## SOURCE MATERIAL
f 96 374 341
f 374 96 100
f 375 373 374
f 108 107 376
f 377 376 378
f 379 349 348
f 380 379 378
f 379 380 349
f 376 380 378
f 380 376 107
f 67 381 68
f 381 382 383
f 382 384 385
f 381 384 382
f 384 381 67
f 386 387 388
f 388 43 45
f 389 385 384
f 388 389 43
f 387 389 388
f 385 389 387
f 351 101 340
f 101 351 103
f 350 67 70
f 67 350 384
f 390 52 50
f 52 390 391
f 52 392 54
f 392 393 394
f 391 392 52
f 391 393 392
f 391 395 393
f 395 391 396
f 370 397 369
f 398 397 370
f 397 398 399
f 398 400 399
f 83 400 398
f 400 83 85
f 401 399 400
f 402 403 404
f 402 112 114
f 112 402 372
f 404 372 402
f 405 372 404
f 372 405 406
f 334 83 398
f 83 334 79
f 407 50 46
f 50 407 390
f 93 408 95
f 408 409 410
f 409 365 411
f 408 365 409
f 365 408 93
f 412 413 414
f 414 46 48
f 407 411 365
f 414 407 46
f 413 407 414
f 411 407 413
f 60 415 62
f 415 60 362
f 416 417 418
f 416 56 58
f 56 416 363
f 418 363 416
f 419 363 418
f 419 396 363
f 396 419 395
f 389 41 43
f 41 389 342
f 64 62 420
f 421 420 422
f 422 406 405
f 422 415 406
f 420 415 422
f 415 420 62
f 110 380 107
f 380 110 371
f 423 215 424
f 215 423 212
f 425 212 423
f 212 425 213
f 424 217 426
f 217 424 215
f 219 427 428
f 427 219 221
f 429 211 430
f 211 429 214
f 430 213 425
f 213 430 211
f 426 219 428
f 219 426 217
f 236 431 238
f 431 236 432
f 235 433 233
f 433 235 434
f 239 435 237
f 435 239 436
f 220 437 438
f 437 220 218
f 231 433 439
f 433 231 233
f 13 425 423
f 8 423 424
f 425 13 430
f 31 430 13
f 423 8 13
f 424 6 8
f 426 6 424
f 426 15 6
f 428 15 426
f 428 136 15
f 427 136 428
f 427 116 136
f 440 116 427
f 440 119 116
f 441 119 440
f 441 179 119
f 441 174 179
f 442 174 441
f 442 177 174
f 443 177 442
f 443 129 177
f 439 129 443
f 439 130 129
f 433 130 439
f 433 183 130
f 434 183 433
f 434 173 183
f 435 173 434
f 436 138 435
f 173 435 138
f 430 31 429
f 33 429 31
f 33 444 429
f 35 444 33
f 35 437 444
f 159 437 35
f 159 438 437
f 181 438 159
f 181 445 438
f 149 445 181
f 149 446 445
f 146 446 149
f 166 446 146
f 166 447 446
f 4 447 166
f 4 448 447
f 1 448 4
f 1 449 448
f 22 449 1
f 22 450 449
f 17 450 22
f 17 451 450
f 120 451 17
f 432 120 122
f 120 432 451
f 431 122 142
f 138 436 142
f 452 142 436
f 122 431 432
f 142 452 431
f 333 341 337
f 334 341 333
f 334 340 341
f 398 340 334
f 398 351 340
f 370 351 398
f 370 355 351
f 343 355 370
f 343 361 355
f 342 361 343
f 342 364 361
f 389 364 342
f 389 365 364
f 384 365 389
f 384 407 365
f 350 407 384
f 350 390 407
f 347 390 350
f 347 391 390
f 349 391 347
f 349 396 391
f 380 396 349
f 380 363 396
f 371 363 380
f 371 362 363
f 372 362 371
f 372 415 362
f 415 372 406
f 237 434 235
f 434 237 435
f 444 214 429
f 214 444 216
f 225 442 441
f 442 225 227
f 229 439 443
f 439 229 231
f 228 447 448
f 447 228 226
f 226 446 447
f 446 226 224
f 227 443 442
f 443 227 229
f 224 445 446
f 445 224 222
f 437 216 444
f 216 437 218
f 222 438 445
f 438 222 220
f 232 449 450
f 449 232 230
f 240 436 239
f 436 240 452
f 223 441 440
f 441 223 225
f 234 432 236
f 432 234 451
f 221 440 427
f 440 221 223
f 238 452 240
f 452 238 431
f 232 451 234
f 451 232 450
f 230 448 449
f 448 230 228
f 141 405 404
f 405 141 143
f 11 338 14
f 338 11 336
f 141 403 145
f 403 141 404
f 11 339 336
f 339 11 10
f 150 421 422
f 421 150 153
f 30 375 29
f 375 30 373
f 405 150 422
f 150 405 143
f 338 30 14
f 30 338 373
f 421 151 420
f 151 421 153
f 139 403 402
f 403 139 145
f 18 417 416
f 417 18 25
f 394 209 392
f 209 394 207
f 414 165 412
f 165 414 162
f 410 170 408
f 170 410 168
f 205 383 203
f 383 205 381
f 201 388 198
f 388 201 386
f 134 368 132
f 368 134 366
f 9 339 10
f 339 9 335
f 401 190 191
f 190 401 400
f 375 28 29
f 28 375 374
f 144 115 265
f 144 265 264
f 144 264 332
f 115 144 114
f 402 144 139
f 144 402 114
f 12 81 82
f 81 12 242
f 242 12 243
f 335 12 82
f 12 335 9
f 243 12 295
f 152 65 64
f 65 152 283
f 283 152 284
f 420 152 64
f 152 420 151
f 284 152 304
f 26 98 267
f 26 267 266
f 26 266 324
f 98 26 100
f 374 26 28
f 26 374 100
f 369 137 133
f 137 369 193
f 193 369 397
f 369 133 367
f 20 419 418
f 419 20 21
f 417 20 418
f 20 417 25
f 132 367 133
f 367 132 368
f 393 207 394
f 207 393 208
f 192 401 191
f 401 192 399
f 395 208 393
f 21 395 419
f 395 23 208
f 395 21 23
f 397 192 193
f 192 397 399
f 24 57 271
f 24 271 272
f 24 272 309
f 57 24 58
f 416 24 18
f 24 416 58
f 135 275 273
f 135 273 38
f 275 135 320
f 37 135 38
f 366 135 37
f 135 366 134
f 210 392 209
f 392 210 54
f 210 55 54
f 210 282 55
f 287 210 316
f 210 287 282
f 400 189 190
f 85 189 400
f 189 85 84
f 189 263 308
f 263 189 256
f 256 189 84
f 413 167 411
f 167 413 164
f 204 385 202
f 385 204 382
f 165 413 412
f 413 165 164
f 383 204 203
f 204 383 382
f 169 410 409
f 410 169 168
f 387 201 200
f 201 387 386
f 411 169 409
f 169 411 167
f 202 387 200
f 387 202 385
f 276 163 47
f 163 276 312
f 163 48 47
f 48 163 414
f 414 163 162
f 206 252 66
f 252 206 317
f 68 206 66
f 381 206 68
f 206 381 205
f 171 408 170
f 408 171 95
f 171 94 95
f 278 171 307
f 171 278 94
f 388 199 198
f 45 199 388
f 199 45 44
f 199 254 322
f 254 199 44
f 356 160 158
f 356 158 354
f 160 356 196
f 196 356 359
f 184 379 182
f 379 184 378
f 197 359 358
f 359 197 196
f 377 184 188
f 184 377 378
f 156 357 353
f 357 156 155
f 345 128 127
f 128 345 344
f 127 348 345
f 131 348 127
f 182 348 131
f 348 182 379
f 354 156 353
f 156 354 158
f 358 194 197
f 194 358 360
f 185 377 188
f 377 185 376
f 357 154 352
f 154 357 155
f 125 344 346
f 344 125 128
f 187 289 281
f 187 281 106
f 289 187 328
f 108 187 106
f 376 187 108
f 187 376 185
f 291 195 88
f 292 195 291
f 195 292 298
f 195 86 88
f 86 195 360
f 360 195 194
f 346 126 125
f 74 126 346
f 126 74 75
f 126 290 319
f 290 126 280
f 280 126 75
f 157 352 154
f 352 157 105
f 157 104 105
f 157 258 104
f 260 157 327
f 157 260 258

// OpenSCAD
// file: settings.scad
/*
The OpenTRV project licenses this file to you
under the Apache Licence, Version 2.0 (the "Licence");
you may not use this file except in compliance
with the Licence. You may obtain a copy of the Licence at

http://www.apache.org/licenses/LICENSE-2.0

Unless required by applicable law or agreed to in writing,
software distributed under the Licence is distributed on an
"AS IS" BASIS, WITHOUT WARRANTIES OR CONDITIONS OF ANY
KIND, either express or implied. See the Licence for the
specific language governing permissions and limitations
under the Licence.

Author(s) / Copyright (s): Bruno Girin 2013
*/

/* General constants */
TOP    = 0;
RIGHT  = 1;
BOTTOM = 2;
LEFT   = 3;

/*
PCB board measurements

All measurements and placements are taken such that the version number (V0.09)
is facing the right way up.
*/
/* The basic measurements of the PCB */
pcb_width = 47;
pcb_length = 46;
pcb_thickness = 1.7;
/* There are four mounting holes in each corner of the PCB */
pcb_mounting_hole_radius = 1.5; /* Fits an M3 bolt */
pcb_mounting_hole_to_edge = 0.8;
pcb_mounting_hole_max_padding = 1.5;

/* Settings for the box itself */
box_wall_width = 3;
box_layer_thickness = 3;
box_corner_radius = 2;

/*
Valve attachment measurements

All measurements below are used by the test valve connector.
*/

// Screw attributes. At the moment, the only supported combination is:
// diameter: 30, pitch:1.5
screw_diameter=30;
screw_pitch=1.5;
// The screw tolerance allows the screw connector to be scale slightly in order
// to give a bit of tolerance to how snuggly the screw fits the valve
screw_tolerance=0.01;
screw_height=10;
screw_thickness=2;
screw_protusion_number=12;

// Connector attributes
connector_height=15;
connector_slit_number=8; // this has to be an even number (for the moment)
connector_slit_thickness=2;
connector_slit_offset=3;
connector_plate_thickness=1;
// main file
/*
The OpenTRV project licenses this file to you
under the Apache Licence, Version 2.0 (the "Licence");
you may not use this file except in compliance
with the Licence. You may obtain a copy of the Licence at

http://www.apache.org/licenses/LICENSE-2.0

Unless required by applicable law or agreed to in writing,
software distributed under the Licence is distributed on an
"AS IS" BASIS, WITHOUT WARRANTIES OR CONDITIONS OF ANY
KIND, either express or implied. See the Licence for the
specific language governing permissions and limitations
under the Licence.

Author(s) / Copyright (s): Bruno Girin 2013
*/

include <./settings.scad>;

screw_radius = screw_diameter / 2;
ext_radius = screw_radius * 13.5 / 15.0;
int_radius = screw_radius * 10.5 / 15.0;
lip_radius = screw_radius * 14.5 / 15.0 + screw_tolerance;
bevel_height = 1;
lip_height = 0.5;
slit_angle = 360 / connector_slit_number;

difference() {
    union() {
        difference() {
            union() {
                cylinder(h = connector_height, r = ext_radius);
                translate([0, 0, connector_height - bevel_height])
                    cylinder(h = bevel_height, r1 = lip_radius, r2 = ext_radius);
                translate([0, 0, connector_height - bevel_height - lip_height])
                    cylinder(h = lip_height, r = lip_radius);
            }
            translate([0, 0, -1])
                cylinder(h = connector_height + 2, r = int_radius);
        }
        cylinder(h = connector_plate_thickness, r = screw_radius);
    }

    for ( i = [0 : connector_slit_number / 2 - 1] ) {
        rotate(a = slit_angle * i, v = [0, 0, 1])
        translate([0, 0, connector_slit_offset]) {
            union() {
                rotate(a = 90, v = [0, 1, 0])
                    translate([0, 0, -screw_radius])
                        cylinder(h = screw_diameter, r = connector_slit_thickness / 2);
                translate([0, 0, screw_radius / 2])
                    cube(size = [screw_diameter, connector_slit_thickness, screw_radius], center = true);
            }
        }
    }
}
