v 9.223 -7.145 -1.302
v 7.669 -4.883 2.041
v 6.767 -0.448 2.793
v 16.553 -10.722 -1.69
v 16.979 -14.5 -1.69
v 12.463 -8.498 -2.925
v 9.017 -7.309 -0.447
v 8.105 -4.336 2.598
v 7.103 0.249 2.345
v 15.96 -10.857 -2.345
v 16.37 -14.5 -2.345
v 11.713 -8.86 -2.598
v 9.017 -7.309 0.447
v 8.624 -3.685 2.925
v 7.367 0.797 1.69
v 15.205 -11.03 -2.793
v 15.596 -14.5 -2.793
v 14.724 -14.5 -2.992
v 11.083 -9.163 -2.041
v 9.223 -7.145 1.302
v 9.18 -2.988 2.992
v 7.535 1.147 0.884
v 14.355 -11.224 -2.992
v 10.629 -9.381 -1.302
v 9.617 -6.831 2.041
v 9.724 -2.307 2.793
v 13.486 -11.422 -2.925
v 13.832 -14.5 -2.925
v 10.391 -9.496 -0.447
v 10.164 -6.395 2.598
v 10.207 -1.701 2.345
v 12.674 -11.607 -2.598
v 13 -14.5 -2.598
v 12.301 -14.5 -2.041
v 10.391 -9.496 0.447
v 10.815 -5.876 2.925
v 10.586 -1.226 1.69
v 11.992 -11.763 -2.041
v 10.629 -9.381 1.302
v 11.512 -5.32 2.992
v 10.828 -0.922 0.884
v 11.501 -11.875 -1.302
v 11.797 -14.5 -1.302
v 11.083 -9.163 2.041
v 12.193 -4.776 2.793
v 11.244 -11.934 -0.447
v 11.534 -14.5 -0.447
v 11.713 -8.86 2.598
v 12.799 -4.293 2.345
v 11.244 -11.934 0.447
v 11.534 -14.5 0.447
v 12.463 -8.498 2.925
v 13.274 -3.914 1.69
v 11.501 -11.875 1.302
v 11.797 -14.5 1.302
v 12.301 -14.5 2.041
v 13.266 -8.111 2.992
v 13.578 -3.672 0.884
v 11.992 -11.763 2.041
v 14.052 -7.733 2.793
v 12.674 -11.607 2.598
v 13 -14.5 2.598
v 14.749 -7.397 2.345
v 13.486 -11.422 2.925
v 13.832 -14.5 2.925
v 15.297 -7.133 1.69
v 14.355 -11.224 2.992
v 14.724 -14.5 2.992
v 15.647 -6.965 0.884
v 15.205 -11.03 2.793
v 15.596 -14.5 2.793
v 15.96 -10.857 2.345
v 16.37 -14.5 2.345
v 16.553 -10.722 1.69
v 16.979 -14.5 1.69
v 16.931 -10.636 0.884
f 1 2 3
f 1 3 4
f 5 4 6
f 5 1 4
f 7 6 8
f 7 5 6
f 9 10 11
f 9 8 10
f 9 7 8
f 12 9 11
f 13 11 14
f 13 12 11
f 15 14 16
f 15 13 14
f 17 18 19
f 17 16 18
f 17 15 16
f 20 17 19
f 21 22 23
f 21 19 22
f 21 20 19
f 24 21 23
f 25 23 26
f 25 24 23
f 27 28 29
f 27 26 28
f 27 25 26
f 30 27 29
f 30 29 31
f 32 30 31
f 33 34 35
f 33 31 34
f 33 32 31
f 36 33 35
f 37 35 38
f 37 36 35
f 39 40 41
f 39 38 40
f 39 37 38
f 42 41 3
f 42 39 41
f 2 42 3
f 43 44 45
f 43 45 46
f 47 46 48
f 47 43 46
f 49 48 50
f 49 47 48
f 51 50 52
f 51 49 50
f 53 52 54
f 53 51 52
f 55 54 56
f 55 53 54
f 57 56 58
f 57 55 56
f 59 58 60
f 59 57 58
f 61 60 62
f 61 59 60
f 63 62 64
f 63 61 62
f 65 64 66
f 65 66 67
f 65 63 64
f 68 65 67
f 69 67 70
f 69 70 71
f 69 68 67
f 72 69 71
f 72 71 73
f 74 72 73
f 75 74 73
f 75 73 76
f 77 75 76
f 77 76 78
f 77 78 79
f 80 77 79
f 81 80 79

## ACTIVITY
Every line above from the line with "translate([0, 0, connector_slit_offset])" to the line with "cylinder(h = screw_diameter, r", inclusive, must be returned exactly; no other line belongs in the reply.

## EXERCISE RESULT
        translate([0, 0, connector_slit_offset]) {
            union() {
                rotate(a = 90, v = [0, 1, 0])
                    translate([0, 0, -screw_radius])
                        cylinder(h = screw_diameter, r = connector_slit_thickness / 2);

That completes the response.